A prominent size and space is occupied by the Electrical Equipment and Machinery in the Capital Goods Sector, which is more than 45 percent of the entire Capital Goods Sector. The industry is 6.8% of the manufacturing sector in terms of value and 1.07% of the NOP. It also provides direct and indirect employment to 1.5 million people and over 5 million across the entire value chain.

==Export promotion==
IEEMA organizes delegation visits and participation in exhibitions abroad for the promotion of export of its members.
Activities of IEEMA
Interactive session of IEEMA
International Events participation of IEEMA
IEEMA IBD Meetings
MoU Partners of IEEMA
Participation at International Event
Participation on Hannover Messe, Germany
Participation in Africa Utility Week, Cape Town S Africa
Participation in 5th International Istanbul Smart Grids and Cities Congress and Fair, Istanbul, Turkey
Participation in Middle East Electricity Dubai

==Publications==

=== Information circulars ===
Through its circulars, the Government circulates information about procedural and policy changes made in taxation, import-export policy, industrial regulations, as well as tender information, business opportunities, production and import-export statistics, standards, and other matters of interest to the industry.

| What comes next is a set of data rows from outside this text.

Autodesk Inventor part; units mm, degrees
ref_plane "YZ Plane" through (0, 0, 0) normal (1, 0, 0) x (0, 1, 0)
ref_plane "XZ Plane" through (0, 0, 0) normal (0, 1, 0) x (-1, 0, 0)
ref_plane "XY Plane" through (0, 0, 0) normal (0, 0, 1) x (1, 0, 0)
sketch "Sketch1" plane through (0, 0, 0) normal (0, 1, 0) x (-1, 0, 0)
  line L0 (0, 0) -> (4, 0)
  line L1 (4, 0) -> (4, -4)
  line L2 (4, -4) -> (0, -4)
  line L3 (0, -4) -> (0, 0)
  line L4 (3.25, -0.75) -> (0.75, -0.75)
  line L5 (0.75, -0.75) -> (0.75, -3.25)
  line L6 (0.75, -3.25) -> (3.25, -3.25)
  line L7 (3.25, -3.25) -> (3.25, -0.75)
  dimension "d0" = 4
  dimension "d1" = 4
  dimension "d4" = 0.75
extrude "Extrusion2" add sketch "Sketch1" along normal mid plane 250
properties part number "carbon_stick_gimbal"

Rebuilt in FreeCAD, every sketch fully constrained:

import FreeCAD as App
import Part
import Sketcher

doc = App.newDocument("Part")
body = doc.addObject("PartDesign::Body", "Body")

# Sketch on XZ plane
sketch1 = body.newObject("Sketcher::SketchObject", "Sketch")
sketch1.AttachmentSupport = (doc.getObject("XZ_Plane"), [""])
sketch1.MapMode = "FlatFace"
sketch1.addGeometry(Part.LineSegment(App.Vector(-4, 0, 0), App.Vector(0, 0, 0)), False)
sketch1.addGeometry(Part.LineSegment(App.Vector(0, 0, 0), App.Vector(0, -4, 0)), False)
sketch1.addGeometry(Part.LineSegment(App.Vector(0, -4, 0), App.Vector(-4, -4, 0)), False)
sketch1.addGeometry(Part.LineSegment(App.Vector(-4, -4, 0), App.Vector(-4, 0, 0)), False)
sketch1.addGeometry(Part.LineSegment(App.Vector(-0.8, -0.8, 0), App.Vector(-3.2, -0.8, 0)), False)
sketch1.addGeometry(Part.LineSegment(App.Vector(-3.2, -0.8, 0), App.Vector(-3.2, -3.2, 0)), False)
sketch1.addGeometry(Part.LineSegment(App.Vector(-3.2, -3.2, 0), App.Vector(-0.8, -3.2, 0)), False)
sketch1.addGeometry(Part.LineSegment(App.Vector(-0.8, -3.2, 0), App.Vector(-0.8, -0.8, 0)), False)
sketch1.addConstraint(Sketcher.Constraint("Coincident", 0, 2, 1, 1))
sketch1.addConstraint(Sketcher.Constraint("Coincident", 1, 2, 2, 1))
sketch1.addConstraint(Sketcher.Constraint("Coincident", 2, 2, 3, 1))
sketch1.addConstraint(Sketcher.Constraint("Coincident", 3, 2, 0, 1))
sketch1.addConstraint(Sketcher.Constraint("Coincident", 4, 2, 5, 1))
sketch1.addConstraint(Sketcher.Constraint("Coincident", 5, 2, 6, 1))
sketch1.addConstraint(Sketcher.Constraint("Coincident", 6, 2, 7, 1))
sketch1.addConstraint(Sketcher.Constraint("Coincident", 7, 2, 4, 1))
sketch1.addConstraint(Sketcher.Constraint("Horizontal", 0))
sketch1.addConstraint(Sketcher.Constraint("Vertical", 1))
sketch1.addConstraint(Sketcher.Constraint("Horizontal", 2))
sketch1.addConstraint(Sketcher.Constraint("Vertical", 3))
sketch1.addConstraint(Sketcher.Constraint("Horizontal", 4))
sketch1.addConstraint(Sketcher.Constraint("Vertical", 5))
sketch1.addConstraint(Sketcher.Constraint("Horizontal", 6))
sketch1.addConstraint(Sketcher.Constraint("Vertical", 7))
sketch1.addConstraint(Sketcher.Constraint("Coincident", 0, 2, -1, 1))
sketch1.addConstraint(Sketcher.Constraint("Equal", 2, 1))
sketch1.addConstraint(Sketcher.Constraint("Equal", 6, 5))
sketch1.addConstraint(Sketcher.Constraint("DistanceX", 0, 1, 0, 2, 4.0))
sketch1.addConstraint(Sketcher.Constraint("DistanceY", 4, 2, -1, 1, 0.75))
sketch1.addConstraint(Sketcher.Constraint("DistanceX", 6, 2, -1, 1, 0.75))
sketch1.addConstraint(Sketcher.Constraint("DistanceX", 3, 2, 4, 2, 0.75))
pad1 = body.newObject("PartDesign::Pad", "Pad")
pad1.Profile = sketch1
pad1.Length = 250
pad1.Midplane = True

doc.recompute()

IEEMA Journal is a publication of IEEMA which covers technical and techno-commercial articles, industry information, statistics, business opportunities, IEEMA activities etc. IEEMA Journal is the leading electrical & electronics monthly published by IEEMA since June 1981, covering articles of techno-commercial importance, national and international news related to power sector. It is the only trade journal certified by Audit Bureau of Circulation (ABC), with the circulation of 10,000 copies every month.

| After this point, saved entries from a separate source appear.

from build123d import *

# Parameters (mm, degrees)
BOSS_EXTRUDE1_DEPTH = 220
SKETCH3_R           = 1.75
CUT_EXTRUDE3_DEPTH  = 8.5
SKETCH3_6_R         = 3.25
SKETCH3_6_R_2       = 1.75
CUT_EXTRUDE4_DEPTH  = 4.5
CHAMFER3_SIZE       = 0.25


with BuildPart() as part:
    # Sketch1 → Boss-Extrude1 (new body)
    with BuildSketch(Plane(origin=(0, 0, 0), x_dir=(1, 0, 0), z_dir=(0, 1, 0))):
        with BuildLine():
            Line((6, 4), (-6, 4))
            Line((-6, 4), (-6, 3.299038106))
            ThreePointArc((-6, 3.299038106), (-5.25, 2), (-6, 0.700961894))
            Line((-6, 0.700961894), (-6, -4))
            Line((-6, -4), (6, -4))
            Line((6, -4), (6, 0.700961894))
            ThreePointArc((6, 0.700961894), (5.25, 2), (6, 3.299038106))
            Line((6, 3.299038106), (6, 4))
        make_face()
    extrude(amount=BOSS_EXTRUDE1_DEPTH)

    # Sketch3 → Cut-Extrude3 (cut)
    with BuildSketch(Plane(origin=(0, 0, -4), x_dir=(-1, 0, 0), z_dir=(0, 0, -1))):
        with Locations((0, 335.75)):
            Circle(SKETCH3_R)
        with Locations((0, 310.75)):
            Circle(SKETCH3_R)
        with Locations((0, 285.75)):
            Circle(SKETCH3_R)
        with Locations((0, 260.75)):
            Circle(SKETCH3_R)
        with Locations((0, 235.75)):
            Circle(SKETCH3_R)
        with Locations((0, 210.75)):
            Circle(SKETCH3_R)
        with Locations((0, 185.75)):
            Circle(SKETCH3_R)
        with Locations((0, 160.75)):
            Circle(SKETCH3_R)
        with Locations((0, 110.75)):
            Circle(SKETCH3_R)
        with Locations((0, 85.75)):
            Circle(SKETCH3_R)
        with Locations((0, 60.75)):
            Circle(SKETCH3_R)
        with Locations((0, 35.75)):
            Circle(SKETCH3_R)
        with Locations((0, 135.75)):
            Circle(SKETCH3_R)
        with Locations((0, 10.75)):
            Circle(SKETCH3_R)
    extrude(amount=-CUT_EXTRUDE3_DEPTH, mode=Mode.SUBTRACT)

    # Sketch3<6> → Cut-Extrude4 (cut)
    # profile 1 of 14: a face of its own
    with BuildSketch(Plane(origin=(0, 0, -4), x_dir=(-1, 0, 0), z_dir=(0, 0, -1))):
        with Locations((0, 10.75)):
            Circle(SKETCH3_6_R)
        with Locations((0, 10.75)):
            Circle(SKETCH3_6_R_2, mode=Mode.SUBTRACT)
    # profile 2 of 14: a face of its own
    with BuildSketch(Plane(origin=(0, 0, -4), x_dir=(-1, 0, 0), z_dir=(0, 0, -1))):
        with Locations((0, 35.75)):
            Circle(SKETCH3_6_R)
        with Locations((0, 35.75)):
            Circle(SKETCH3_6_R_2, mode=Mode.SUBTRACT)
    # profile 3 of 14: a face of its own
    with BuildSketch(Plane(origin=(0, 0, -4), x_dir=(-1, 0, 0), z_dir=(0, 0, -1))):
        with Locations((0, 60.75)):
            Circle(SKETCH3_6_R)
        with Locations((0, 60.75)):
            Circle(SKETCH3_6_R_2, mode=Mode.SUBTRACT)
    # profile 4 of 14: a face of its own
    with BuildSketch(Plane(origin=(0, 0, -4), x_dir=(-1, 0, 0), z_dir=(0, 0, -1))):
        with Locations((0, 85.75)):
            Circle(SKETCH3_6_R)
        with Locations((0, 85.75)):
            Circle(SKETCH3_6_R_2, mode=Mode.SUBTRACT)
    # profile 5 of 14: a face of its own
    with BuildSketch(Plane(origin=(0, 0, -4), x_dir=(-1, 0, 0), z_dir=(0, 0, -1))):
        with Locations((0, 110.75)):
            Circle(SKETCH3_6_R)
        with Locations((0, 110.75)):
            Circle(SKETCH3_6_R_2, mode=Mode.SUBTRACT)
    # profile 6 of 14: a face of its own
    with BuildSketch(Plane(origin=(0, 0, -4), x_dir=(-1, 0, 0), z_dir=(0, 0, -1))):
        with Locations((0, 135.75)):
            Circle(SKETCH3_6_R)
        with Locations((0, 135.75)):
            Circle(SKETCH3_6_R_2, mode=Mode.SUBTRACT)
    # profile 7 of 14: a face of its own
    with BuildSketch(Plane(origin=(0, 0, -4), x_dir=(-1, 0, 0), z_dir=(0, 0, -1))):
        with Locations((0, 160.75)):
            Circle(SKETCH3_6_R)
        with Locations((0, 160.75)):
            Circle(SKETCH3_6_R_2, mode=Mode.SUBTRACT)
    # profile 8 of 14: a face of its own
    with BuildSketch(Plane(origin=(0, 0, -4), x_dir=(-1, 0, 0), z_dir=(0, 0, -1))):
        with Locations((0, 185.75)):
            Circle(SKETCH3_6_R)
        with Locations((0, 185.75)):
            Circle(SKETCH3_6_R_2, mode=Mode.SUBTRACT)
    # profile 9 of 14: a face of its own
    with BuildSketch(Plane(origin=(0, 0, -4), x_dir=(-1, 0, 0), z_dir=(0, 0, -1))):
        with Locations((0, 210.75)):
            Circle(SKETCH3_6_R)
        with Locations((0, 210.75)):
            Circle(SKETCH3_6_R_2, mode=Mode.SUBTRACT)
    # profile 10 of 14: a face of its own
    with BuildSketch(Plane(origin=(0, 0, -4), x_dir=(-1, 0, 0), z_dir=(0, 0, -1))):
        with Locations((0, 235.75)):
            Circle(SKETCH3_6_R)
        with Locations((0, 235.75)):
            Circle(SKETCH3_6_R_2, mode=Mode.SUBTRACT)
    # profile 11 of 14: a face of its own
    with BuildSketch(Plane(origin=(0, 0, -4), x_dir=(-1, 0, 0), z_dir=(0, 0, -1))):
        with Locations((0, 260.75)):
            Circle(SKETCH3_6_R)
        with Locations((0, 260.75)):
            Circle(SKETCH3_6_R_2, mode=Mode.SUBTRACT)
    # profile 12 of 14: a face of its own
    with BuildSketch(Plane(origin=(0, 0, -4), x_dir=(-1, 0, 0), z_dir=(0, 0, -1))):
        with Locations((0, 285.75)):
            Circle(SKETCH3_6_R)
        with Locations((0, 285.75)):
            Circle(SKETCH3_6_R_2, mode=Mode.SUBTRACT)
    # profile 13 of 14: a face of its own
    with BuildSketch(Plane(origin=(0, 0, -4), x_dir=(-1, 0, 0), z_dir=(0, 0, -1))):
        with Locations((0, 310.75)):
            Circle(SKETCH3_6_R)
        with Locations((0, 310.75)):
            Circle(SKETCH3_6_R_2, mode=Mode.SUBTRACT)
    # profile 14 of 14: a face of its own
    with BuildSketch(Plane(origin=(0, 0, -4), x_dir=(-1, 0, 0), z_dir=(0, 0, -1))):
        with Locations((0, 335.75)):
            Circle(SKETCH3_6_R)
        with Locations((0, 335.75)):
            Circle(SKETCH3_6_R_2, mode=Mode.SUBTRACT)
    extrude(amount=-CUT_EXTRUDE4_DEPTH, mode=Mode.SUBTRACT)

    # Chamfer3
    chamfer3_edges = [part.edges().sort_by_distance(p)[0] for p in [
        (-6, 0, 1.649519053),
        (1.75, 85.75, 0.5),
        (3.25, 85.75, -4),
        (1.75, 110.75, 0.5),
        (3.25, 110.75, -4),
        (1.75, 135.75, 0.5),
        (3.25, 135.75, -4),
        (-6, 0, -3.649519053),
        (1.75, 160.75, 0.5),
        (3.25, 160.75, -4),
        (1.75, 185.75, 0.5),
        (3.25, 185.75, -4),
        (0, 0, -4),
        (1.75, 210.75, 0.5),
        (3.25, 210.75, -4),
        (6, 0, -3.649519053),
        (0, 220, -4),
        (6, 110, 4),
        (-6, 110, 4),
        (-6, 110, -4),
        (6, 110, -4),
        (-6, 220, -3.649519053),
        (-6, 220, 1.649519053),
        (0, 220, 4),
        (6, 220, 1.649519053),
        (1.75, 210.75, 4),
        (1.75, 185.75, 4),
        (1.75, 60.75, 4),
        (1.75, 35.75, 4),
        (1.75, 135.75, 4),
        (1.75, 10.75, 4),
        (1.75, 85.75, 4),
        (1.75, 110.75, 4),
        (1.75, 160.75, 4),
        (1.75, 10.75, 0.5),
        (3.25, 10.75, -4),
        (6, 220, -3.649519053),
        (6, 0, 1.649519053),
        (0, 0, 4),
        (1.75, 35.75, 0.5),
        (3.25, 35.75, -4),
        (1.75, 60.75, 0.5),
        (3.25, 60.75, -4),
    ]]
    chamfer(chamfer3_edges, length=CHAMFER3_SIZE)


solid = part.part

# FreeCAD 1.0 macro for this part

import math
import FreeCAD as App
import Part
import Sketcher

V = App.Vector


def edges_at(feature, points):
    """Names of the edges that pass closest to the given points."""
    edges = feature.Shape.Edges
    near = lambda p: min(range(len(edges)), key=lambda i: edges[i].distToShape(Part.Vertex(*p))[0])
    return sorted({f"Edge{near(p) + 1}" for p in points})

doc = App.newDocument("Part")
body = doc.addObject("PartDesign::Body", "Body")

# Sketch on XZ plane
sketch1 = doc.addObject("Sketcher::SketchObject", "Sketch")
body.addObject(sketch1)
sketch1.AttachmentSupport = (doc.XZ_Plane, [""])
sketch1.MapMode = "FlatFace"
sketch1.addGeometry(Part.LineSegment(V(6, -4, 0), V(-6, -4, 0)), False)
sketch1.addGeometry(Part.LineSegment(V(-6, -4, 0), V(-6, -3.3, 0)), False)
sketch1.addGeometry(Part.ArcOfCircle(Part.Circle(V(-6.8, -2, 0), V(0, 0, 1), 1.5), math.radians(-60), math.radians(60)), False)
sketch1.addGeometry(Part.LineSegment(V(-6, -0.7, 0), V(-6, 4, 0)), False)
sketch1.addGeometry(Part.LineSegment(V(-6, 4, 0), V(6, 4, 0)), False)
sketch1.addGeometry(Part.LineSegment(V(6, 4, 0), V(6, -0.7, 0)), False)
sketch1.addGeometry(Part.ArcOfCircle(Part.Circle(V(6.8, -2, 0), V(0, 0, 1), 1.5), math.radians(120), math.radians(240)), False)
sketch1.addGeometry(Part.LineSegment(V(6, -3.3, 0), V(6, -4, 0)), False)
sketch1.addConstraint(Sketcher.Constraint("Coincident", 0, 2, 1, 1))
sketch1.addConstraint(Sketcher.Constraint("Coincident", 1, 2, 2, 1))
sketch1.addConstraint(Sketcher.Constraint("Coincident", 2, 2, 3, 1))
sketch1.addConstraint(Sketcher.Constraint("Coincident", 3, 2, 4, 1))
sketch1.addConstraint(Sketcher.Constraint("Coincident", 4, 2, 5, 1))
sketch1.addConstraint(Sketcher.Constraint("Coincident", 5, 2, 6, 1))
sketch1.addConstraint(Sketcher.Constraint("Coincident", 6, 2, 7, 1))
sketch1.addConstraint(Sketcher.Constraint("Coincident", 7, 2, 0, 1))
sketch1.addConstraint(Sketcher.Constraint("Horizontal", 0))
sketch1.addConstraint(Sketcher.Constraint("Vertical", 1))
sketch1.addConstraint(Sketcher.Constraint("Vertical", 3))
sketch1.addConstraint(Sketcher.Constraint("Horizontal", 4))
sketch1.addConstraint(Sketcher.Constraint("Vertical", 5))
sketch1.addConstraint(Sketcher.Constraint("Vertical", 7))
sketch1.addConstraint(Sketcher.Constraint("Equal", 2, 6))
sketch1.addConstraint(Sketcher.Constraint("Symmetric", 0, 2, 4, 2, -1, 1))
sketch1.addConstraint(Sketcher.Constraint("Symmetric", 2, 3, 6, 3, -2))
sketch1.addConstraint(Sketcher.Constraint("Horizontal", 2, 2, 5, 2))
sketch1.addConstraint(Sketcher.Constraint("Horizontal", 1, 2, 6, 2))
sketch1.addConstraint(Sketcher.Constraint("Radius", 2, 1.5))
sketch1.addConstraint(Sketcher.Constraint("DistanceX", 0, 2, 0, 1, 12.0))
sketch1.addConstraint(Sketcher.Constraint("DistanceY", 2, 3, -1, 1, 2.0))
sketch1.addConstraint(Sketcher.Constraint("DistanceY", 0, 2, -1, 1, 4.0))
sketch1.addConstraint(Sketcher.Constraint("DistanceX", 2, 3, 6, 3, 13.5))
pad1 = doc.addObject("PartDesign::Pad", "Pad")
body.addObject(pad1)
pad1.Profile = sketch1
pad1.Length = 220
pad1.Reversed = True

===Directory of members===
A directory of members, IEEMA Directory containing information about its members and the industry.

==Events==
===ELECRAMA ===
ELECRAMA is a biennial exhibition for power, electrical, and industrial electronics and allied products organized by IEEMA. It is one of the largest international exhibition of electrical and industrial electronics industry in the world.

===TRAFOTECH===
TRAFOTECH Global Conference is an international event.

===IEEMA training programs===
IEEMA organizes training programs catering to the needs of the Indian industry.